You are also a journalist, writer and filmmaker, so can you tell us a little about these areas of your life?

Again, in addition to working as a student journalist when I was younger, I studied English and Literature at University.  But my career afterwards was in Educational Philanthropy.  I worked on capital campaigns for elite schools like Dartmouth College and the London School of Economics, raising private money so that really smart young students could have access to top education.  Though the work was not primarily creative, my skills as a writer, photographer and graphic designer certainly were welcome everywhere I worked.  I did that for thirteen years and it was mostly stimulating and rewarding but I didn’t love it.  A couple of life-changing experiences altered my course.  I was a resident of lower Manhattan on September 11, 2001 and essentially watched thousands of people die from my apartment window.  And then a few years later I was mountaineering at high elevation in the Cascade Mountains here in Washington State when I had a severe accident and narrowly escaped death.  After I recovered I decided to take a creative sabbatical. I had already dabbled in film work so I continued to develop a few projects while also traveling quite a lot.  I began to get photographs published in some travel magazines and eventually began writing feature stories as well.  In a bit of lucky timing, a “hyper-local” news agency sprang up in my part of Seattle and its readership burgeoned at a time when newspapers were devolving.  I covered features stories and spot news for them and had a blast exploring the adrenaline-filled world of breaking news at the same time I felt as though I was serving my community.  Then Big Appetites began to get some traction and it was off to the races.

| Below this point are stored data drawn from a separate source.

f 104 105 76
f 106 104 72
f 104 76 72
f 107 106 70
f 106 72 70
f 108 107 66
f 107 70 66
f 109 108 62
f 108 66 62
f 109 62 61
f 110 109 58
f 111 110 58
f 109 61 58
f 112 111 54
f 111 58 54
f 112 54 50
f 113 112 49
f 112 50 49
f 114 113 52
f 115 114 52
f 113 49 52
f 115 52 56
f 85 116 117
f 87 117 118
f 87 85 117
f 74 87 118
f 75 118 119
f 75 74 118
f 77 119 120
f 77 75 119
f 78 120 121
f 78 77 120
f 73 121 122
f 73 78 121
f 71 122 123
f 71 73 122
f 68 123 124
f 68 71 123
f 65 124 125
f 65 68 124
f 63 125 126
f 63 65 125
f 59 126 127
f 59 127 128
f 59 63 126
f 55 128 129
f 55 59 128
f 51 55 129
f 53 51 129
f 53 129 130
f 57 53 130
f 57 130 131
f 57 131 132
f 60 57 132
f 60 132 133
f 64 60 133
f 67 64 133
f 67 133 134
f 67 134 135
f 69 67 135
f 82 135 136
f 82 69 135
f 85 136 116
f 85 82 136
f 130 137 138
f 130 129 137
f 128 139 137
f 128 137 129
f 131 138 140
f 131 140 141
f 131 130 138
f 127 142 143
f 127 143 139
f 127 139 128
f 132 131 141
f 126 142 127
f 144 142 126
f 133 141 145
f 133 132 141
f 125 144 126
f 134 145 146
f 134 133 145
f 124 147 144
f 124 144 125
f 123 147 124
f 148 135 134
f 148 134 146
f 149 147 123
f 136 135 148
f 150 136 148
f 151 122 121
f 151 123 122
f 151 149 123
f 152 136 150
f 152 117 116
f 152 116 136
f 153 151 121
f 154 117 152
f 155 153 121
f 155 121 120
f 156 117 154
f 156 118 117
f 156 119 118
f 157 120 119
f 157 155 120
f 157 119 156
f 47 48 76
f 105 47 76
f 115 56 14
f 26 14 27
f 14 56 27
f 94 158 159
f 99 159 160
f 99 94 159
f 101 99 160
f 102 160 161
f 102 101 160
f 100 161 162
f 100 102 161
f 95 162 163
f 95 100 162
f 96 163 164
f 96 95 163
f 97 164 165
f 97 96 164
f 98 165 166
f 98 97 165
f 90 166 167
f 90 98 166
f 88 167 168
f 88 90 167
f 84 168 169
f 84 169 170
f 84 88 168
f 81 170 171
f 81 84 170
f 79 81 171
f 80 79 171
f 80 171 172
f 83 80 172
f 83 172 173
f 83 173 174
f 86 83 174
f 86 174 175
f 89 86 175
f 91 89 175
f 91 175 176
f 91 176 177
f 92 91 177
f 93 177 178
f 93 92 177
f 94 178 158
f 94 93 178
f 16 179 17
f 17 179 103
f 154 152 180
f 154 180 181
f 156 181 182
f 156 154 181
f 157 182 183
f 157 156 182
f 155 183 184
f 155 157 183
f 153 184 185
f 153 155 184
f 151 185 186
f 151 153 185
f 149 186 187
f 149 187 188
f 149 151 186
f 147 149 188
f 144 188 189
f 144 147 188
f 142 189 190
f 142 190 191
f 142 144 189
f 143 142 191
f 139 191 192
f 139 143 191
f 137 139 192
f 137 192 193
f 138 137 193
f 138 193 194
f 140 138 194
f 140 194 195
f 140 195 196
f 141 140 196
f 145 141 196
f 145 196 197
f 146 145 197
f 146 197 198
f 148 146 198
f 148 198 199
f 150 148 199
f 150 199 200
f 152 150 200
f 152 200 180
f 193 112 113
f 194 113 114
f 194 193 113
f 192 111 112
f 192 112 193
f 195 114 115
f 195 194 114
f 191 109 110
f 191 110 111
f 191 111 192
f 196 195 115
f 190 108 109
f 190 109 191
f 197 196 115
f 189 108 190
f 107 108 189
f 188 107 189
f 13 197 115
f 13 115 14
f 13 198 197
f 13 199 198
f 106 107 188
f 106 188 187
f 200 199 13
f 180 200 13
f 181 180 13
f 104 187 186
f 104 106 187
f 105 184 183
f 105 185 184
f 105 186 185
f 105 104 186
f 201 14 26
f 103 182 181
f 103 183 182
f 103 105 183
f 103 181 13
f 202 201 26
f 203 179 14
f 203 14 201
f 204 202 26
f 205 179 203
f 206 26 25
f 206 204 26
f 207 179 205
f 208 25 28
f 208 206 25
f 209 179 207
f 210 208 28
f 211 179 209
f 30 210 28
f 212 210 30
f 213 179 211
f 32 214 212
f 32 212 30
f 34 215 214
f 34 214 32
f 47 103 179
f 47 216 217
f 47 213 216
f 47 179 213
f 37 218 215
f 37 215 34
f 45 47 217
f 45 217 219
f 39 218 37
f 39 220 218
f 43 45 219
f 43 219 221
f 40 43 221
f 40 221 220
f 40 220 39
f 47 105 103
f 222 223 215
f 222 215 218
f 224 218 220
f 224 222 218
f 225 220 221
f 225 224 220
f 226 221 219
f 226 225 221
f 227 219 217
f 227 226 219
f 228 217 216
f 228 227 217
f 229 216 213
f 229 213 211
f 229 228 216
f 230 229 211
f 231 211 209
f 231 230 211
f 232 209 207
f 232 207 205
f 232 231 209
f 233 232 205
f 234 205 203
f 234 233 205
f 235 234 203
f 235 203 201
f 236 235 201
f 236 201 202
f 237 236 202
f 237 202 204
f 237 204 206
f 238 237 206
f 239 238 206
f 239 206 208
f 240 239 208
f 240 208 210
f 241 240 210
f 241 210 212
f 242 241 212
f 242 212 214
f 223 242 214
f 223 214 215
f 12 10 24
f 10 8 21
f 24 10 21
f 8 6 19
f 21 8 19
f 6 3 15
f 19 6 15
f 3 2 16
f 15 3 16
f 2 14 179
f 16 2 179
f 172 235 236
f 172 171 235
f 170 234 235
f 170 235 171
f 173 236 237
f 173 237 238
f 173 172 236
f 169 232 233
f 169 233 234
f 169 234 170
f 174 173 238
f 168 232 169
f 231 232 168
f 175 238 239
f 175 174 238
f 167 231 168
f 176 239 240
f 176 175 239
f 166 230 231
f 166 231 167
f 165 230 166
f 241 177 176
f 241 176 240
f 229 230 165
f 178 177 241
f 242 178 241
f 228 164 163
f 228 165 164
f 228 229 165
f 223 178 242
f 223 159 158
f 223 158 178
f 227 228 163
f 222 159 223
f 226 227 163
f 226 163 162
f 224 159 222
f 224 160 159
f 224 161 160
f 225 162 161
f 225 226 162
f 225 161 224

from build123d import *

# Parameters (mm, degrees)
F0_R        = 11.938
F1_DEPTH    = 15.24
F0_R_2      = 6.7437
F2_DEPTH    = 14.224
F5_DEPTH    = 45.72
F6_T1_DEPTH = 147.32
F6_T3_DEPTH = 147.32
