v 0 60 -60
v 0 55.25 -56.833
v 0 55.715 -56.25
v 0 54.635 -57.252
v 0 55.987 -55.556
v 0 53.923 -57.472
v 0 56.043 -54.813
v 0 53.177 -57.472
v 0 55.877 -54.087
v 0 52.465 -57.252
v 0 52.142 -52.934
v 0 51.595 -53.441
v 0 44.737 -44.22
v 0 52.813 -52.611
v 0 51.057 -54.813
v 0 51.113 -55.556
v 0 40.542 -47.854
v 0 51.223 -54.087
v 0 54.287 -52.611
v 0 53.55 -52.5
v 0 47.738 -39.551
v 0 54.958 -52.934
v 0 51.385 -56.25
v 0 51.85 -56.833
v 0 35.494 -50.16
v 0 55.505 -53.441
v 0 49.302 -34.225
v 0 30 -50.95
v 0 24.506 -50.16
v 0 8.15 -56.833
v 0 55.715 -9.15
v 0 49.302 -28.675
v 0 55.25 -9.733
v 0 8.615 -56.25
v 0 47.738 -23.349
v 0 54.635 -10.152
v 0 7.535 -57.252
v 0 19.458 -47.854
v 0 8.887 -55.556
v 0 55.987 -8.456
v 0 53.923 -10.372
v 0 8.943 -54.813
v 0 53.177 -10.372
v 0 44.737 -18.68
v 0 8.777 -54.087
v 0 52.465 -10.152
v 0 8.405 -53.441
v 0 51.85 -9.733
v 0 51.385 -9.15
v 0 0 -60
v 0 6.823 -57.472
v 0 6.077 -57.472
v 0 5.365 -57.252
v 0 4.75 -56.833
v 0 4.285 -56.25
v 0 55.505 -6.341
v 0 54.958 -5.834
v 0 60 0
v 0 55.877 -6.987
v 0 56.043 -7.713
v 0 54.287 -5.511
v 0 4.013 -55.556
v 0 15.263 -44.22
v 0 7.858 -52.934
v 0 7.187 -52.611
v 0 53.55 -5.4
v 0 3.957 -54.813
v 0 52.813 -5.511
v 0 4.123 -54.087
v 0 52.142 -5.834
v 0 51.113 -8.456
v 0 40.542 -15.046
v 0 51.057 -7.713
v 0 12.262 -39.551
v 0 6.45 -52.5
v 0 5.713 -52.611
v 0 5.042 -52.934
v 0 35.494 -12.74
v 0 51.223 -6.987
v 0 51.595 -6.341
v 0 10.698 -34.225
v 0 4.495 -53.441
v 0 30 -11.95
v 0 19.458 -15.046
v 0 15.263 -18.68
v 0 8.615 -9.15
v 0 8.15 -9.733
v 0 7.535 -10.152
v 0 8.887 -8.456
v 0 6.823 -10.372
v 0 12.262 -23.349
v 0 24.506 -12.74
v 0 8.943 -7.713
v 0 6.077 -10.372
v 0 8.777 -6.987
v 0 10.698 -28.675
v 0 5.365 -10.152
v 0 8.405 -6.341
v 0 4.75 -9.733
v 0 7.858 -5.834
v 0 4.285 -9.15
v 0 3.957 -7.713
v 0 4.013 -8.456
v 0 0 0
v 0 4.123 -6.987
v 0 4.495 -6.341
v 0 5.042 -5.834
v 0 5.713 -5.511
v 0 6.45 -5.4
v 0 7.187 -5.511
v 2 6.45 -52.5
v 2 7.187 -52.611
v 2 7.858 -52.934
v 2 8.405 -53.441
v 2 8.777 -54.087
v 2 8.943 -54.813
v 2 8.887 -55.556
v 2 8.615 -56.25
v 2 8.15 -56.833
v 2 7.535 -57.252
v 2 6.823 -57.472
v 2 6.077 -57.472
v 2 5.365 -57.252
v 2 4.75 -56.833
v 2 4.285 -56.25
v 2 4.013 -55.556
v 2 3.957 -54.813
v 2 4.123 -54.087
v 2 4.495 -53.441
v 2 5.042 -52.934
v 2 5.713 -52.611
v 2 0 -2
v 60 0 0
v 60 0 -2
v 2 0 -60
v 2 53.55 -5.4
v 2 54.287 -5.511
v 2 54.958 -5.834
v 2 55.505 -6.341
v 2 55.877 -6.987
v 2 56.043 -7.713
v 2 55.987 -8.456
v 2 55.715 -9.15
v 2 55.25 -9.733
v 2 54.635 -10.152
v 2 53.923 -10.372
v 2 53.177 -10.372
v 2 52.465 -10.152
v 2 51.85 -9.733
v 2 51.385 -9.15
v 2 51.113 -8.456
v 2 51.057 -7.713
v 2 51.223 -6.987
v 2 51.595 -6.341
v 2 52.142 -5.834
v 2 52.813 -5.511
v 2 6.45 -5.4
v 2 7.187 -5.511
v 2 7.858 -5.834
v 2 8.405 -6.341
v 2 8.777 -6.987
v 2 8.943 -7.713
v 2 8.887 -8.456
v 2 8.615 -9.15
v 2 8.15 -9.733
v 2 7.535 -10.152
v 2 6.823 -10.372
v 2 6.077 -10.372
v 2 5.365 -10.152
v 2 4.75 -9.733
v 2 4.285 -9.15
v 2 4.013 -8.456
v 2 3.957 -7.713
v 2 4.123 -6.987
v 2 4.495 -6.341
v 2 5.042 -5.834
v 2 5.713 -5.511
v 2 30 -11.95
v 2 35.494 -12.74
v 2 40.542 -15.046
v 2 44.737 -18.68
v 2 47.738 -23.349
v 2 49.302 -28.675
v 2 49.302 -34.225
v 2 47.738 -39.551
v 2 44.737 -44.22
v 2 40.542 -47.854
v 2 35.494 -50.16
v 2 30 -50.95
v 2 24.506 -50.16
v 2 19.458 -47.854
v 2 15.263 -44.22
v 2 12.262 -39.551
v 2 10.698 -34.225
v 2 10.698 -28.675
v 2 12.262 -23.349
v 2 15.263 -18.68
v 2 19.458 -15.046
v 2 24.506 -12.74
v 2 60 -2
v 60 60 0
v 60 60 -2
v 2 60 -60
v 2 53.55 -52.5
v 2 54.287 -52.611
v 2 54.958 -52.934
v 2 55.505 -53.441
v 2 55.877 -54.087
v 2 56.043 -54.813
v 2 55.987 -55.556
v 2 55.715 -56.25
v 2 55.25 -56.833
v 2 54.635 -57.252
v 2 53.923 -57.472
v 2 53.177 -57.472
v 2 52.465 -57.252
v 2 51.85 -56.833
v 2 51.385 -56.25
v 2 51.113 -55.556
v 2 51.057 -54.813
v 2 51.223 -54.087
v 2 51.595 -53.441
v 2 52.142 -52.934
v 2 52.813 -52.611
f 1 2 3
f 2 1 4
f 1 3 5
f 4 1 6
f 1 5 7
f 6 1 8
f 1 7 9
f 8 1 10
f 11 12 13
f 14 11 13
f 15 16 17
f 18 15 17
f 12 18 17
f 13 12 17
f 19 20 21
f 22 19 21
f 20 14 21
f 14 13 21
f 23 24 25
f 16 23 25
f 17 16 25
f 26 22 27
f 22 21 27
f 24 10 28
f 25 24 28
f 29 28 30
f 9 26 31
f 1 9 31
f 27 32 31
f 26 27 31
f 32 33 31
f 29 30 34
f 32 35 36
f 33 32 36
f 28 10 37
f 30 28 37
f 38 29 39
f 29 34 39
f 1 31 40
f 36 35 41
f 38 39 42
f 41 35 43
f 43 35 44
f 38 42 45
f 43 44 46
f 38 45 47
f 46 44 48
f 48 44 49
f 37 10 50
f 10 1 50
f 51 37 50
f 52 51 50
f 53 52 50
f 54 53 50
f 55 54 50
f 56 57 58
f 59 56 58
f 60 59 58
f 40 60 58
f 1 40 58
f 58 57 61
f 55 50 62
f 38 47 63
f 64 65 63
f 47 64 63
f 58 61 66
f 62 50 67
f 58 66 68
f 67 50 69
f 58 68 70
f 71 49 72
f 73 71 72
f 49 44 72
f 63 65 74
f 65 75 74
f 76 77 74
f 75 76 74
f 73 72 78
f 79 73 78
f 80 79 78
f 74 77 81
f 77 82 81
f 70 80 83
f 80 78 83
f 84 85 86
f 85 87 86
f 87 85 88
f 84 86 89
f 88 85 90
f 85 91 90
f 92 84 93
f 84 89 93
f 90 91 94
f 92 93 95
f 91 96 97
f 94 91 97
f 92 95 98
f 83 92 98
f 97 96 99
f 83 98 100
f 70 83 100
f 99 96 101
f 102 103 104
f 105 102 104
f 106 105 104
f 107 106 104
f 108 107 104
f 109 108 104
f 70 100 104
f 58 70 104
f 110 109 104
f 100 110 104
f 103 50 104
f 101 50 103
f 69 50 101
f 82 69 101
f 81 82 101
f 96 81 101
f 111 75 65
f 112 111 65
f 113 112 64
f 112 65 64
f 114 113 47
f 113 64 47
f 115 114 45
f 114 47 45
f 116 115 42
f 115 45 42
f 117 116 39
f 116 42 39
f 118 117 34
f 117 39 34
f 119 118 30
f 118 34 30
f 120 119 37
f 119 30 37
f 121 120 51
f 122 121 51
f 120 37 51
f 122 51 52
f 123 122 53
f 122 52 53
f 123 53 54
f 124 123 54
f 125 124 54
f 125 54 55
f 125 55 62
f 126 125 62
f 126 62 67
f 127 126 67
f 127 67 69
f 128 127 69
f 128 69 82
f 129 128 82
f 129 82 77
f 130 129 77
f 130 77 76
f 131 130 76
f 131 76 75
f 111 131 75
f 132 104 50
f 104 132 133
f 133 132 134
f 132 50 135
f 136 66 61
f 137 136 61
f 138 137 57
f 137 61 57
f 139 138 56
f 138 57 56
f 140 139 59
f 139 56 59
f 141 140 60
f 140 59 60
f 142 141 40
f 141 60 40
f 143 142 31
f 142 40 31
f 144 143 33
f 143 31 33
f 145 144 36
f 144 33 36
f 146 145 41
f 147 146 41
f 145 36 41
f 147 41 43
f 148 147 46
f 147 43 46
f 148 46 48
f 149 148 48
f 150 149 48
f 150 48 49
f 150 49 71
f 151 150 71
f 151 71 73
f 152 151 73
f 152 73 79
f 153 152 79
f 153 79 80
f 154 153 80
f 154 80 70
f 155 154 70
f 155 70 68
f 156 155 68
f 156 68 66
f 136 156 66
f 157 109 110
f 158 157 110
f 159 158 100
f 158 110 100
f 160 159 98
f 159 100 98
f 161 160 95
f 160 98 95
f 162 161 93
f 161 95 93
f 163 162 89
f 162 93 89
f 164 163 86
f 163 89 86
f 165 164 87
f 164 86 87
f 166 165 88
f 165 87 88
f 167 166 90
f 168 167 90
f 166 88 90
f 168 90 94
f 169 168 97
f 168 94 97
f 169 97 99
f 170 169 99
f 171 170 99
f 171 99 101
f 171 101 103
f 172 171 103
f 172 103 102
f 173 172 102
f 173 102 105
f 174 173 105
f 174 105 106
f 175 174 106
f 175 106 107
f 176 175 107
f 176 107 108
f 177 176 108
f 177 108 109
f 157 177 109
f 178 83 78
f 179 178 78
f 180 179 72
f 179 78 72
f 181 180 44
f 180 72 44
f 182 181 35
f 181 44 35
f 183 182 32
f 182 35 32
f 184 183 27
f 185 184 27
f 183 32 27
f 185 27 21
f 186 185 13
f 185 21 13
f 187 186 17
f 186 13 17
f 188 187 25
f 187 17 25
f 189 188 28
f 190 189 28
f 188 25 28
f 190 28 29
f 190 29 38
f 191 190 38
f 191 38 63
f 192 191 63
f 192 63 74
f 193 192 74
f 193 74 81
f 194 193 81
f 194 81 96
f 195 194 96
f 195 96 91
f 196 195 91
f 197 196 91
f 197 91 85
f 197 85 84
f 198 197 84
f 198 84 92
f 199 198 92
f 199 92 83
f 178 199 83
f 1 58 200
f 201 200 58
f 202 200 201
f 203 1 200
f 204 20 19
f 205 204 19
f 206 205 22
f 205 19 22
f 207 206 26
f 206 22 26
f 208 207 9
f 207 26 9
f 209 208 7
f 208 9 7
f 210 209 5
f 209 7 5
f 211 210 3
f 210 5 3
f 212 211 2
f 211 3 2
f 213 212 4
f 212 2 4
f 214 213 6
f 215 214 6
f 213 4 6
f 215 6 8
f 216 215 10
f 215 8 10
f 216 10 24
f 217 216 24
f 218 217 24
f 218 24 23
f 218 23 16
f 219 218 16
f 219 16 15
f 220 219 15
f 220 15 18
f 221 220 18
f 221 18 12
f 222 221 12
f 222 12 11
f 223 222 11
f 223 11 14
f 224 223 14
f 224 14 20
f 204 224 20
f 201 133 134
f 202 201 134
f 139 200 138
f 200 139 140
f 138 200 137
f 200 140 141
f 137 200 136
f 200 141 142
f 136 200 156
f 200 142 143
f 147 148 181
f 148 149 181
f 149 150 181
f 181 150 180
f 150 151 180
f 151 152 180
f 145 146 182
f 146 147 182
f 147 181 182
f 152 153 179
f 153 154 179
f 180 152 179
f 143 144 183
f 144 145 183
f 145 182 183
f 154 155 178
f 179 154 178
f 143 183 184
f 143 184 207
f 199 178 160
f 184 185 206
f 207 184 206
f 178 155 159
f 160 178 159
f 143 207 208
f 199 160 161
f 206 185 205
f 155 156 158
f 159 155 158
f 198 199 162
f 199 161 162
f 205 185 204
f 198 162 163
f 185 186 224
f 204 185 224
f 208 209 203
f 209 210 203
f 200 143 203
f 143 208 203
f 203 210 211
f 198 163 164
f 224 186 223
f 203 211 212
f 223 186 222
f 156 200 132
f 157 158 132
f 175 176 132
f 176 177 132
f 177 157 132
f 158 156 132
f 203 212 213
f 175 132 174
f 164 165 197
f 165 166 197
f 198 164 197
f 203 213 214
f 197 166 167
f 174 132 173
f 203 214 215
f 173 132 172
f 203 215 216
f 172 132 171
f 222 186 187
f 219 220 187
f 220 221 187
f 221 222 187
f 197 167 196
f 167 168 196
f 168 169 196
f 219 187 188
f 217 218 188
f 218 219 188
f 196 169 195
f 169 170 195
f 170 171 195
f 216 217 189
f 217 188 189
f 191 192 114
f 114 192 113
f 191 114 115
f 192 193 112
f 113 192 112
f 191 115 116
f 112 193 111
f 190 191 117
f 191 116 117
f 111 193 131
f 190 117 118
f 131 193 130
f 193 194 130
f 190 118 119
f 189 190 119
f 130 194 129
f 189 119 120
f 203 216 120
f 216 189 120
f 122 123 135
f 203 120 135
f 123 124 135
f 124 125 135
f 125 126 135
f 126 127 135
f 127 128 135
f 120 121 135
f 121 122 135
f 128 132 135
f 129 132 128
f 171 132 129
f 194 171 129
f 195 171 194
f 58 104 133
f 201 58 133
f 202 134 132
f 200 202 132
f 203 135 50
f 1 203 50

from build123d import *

# Parameters (mm, degrees)
BOSS_EXTRUDE1_DEPTH     = 60
SKETCH2_R               = 2.5
SKETCH2_R_2             = 19.5
CUT_EXTRUDE1_DEPTH      = 1
CUT_EXTRUDE1_DEPTH_BACK = 61


with BuildPart() as part:
    # Sketch1 → Boss-Extrude1 (new body)
    with BuildSketch(Plane(origin=(0, 0, 0), x_dir=(1, 0, 0), z_dir=(0, 1, 0))):
        Polygon((0, 60), (0, 0), (60, 0), (60, 2), (2, 2), (2, 60), align=None)
    extrude(amount=BOSS_EXTRUDE1_DEPTH)

    # Sketch2 → Cut-Extrude1 (cut, two sides)
    with BuildSketch(Plane.ZY) as cut_extrude1_sk:
        with Locations((-55, 53.55)):
            Circle(SKETCH2_R)
        with Locations((-7.9, 53.55)):
            Circle(SKETCH2_R)
        with Locations((-7.9, 6.45)):
            Circle(SKETCH2_R)
        with Locations((-55, 6.45)):
            Circle(SKETCH2_R)
        with Locations((-31.45, 30)):
            Circle(SKETCH2_R_2)
    extrude(amount=CUT_EXTRUDE1_DEPTH, mode=Mode.SUBTRACT)
    extrude(cut_extrude1_sk.sketch, amount=-CUT_EXTRUDE1_DEPTH_BACK, mode=Mode.SUBTRACT)


solid = part.part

What is your favourite photograph from the collection?

You know, I’m constantly being asked that question and I honestly have to say that I find it much more interesting to know which ones other people like best.  If you consider that many artists design their work to please themselves, the whole notion of articulating a preference for any of my own work feels slightly uncomfortable. By far one of the best aspects of the notoriety of these photographs is hearing from people who are engaging with and enjoying the work.  It is very affirming to go to exhibitions and hearing people laughing at my captions, seeing them appreciating the visuals, and asking questions.  That’s always fun for me. 

But with all of that said, being completely candid, if pressed I’d say I tend to prefer some of the images that are darker in tone (which you won’t find in the book).  It goes back to the inspiration of the Travellers series.  I thought that work was brilliant, especially because it presented rather dark little scenes. I love the notion of luring in a viewer with a snow globe – something that is usually whimsical and light-hearted – and then turning on the fulcrum of their expectations to present something unexpected.

What’s next for you?

That’s a surprisingly American question.  I’m not often asked that by European journalists.  In America it is never enough to do one good thing.  There must always be something else.  The appetite is never sated by one doughnut.  We have to sell them by the dozen.  

My immediate plans are to survive the autumn.  In addition to doing press to support the book, I have three fine art shows in three countries in the month of October (UK, Canada and the US).  And I’m negotiating a possible exhibition in Hong Kong at year’s end and also working on a number of commercial commission offers, one of which would need to be shot in Sydney.  I’m already putting some exhibitions on the calendar for 2014.  And I’m extremely fortunate that orders for fine art photographs are rolling in steadily. I do still have a list of ideas and sketches for some more Big Appetites photographs.  But I’ve also been developing designs for an entirely new body of work which will move away from scale figures but that will still involve food.  So I’m looking forward to clearing my plate, so to speak, and embarking on new work after the holidays.